FIG. 1 is a configuration diagram of a linear encoder to which the present invention is applied, FIG. 2 is a sectional view showing details of the configuration of the surrounding area of the diffraction grating in the linear encoder of FIG. 1, and FIG. 3 is a diagram showing incident light on the diffraction grating Fig. 4 is an output signal amplitude characteristic diagram corresponding to the thickness change of the glass substrate 25 when the incident light is a parallel light flux, and Fig. 5 is a conventional diagram. FIGS. 6 and 7 are cross-sectional views showing the structure of other diffraction grating peripheral parts used in the linear encoder of FIG. 1. FIGS. FIG. 8 is a diagram showing a conventional linear encoder. 20.29... Beam splitter 21... Lens system 22... Laser diode 23... Diffraction grating 24a, 24b... Reflection mirror 25.
...Glass substrate 26...Reflector plate 27...Convex lens 28...Wave plate 30.32...Polarizing plate
31.33... Photodetector 37... Concave lens Patent applicant Tokyo Seimitsu Co., Ltd. Figure 6 Procedural Amendment (Voluntary) 1. Indication of the case 1985 Patent Application No. 327817 2 Title of the invention Method for correcting reflected light amount variation in a linear encoder 3 Person making the correction Relationship to the case Patent applicant address 7-1 Shimotatsujaku 9-chome, Mitaka City, Tokyo No. ``Spontaneous'' 5, Number of inventions increased by amendment 6, ``Detailed explanation of the invention'' column 7 of the specification subject to the amendment, Contents of the amendment) ``Upstream'' on page 2, line 18 of the specification (2) ``to pass'' and (2) ``to do'' on page 3, line 3 of the specification.

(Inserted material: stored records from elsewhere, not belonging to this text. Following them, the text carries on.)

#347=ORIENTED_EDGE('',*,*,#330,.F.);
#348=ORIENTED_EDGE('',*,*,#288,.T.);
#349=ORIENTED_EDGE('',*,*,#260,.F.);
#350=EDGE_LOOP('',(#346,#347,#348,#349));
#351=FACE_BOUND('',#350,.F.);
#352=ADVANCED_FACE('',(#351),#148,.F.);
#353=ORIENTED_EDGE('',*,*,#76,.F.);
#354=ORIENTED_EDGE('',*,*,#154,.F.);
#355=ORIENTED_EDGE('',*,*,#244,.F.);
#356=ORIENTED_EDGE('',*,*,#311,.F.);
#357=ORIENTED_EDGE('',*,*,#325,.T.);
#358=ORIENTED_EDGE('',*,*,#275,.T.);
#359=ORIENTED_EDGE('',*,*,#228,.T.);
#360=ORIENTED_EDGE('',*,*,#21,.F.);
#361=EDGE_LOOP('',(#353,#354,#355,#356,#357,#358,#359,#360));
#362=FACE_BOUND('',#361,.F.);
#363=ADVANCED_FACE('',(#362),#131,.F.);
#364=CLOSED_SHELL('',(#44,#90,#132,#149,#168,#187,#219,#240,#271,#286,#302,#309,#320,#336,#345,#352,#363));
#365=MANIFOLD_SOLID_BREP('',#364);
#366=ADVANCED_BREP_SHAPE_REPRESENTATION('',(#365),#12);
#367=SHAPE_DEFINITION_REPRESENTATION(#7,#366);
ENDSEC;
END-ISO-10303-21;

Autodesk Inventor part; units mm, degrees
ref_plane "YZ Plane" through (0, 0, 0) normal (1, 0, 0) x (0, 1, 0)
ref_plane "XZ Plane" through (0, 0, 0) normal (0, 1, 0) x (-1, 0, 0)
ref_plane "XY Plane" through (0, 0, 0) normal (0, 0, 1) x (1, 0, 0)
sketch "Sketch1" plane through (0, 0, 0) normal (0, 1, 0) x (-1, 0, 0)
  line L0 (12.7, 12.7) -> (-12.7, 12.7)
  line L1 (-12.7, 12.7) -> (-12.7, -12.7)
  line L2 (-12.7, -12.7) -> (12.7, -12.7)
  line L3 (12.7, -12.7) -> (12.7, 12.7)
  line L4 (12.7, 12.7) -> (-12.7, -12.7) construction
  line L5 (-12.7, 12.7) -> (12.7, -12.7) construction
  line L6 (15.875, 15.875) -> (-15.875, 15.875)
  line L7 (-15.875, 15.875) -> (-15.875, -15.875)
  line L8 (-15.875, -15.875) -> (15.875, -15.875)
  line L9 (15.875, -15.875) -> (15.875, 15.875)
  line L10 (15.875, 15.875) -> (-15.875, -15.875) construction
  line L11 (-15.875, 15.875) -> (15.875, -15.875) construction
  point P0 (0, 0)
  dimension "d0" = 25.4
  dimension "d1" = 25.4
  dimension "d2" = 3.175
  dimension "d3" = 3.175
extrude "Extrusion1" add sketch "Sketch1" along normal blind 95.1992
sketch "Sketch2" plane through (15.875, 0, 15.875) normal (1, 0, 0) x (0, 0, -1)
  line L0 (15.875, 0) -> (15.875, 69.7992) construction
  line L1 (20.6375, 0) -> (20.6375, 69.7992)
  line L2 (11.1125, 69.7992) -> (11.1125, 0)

and correct it. (3) Delete "for incidence" and "1- in the opening of FIG. 3" from lines 17 to 18 on page 3 of the specification. (4) In the 7th line of page 6 of the specification, add ``to prevent the incident light from becoming a parallel beam of light'' between ``to make it happen'' and ``tachi no deru.''. (5) “Lens system 2” on page 7, lines 13 to 16 of the specification
By 1・・・・・・・・・・・・・・・・・・
It is incident on... ” is corrected as follows. After being reflected by 26 reflecting plates by lens system 21, 2
The beam is adjusted to sufficiently diverge on the diffraction grating No. 3, and then enters the deflection beam splinter 20. ” (6) No. 800, lines 15 to 16 of the specification “At this time,
・・・・・・・・・・・・・・・・・・・・・・・・
It is arranged like... ” to be deleted. (7) "1 enlargement" on page 9, line 7 of the specification is corrected to "divergence." (8) "Left and right incident lights 35.35' are focused" in lines 7 and 8 of page 10 of the specification is corrected as follows. [i; 6/7'I X 1#honor 2 l q ζ
1 (9) Delete "." between "not perpendicular" and "at the angle of incidence" from page 10, line 2O to page 11, line ttiJ1 of the specification. Written amendment to the above procedure (method) 1. Indication of the case Patent Application No. 327817 of 1988 2
, Title of the invention: Method for correcting reflected light intensity fluctuations in linear encoders 3, Relationship with the person making the correction: Patent applicant address: 9-7-1 Shimorenjaku, Mitaka City, Tokyo, March 1988
March 29th (shipping mortar) 5. Drawing subject to correction 6. Contents of correction The characters in Fig. 4 are enlarged (no changes to the contents). Appropriate drawings are attached separately.

Claims (1)

[Claims] A diffraction grating is constructed by forming gratings at predetermined intervals on the surface of a moving object perpendicular to the direction of movement; A light irradiation means for overlapping the position and making it interfere; a condensing lens that converts the interference light emitted by the light emitted by the means into parallel light after being diffracted by the diffraction grating; and a photoconductor for converting the interference light based on the output light of the lens into a parallel light. A method for correcting a variation in reflected light amount of a linear encoder comprising a light detecting means for converting the light, in which the diffraction angle of the light irradiated by the light irradiation means can be incident even at an incident angle that is not perpendicular to the diffraction grating.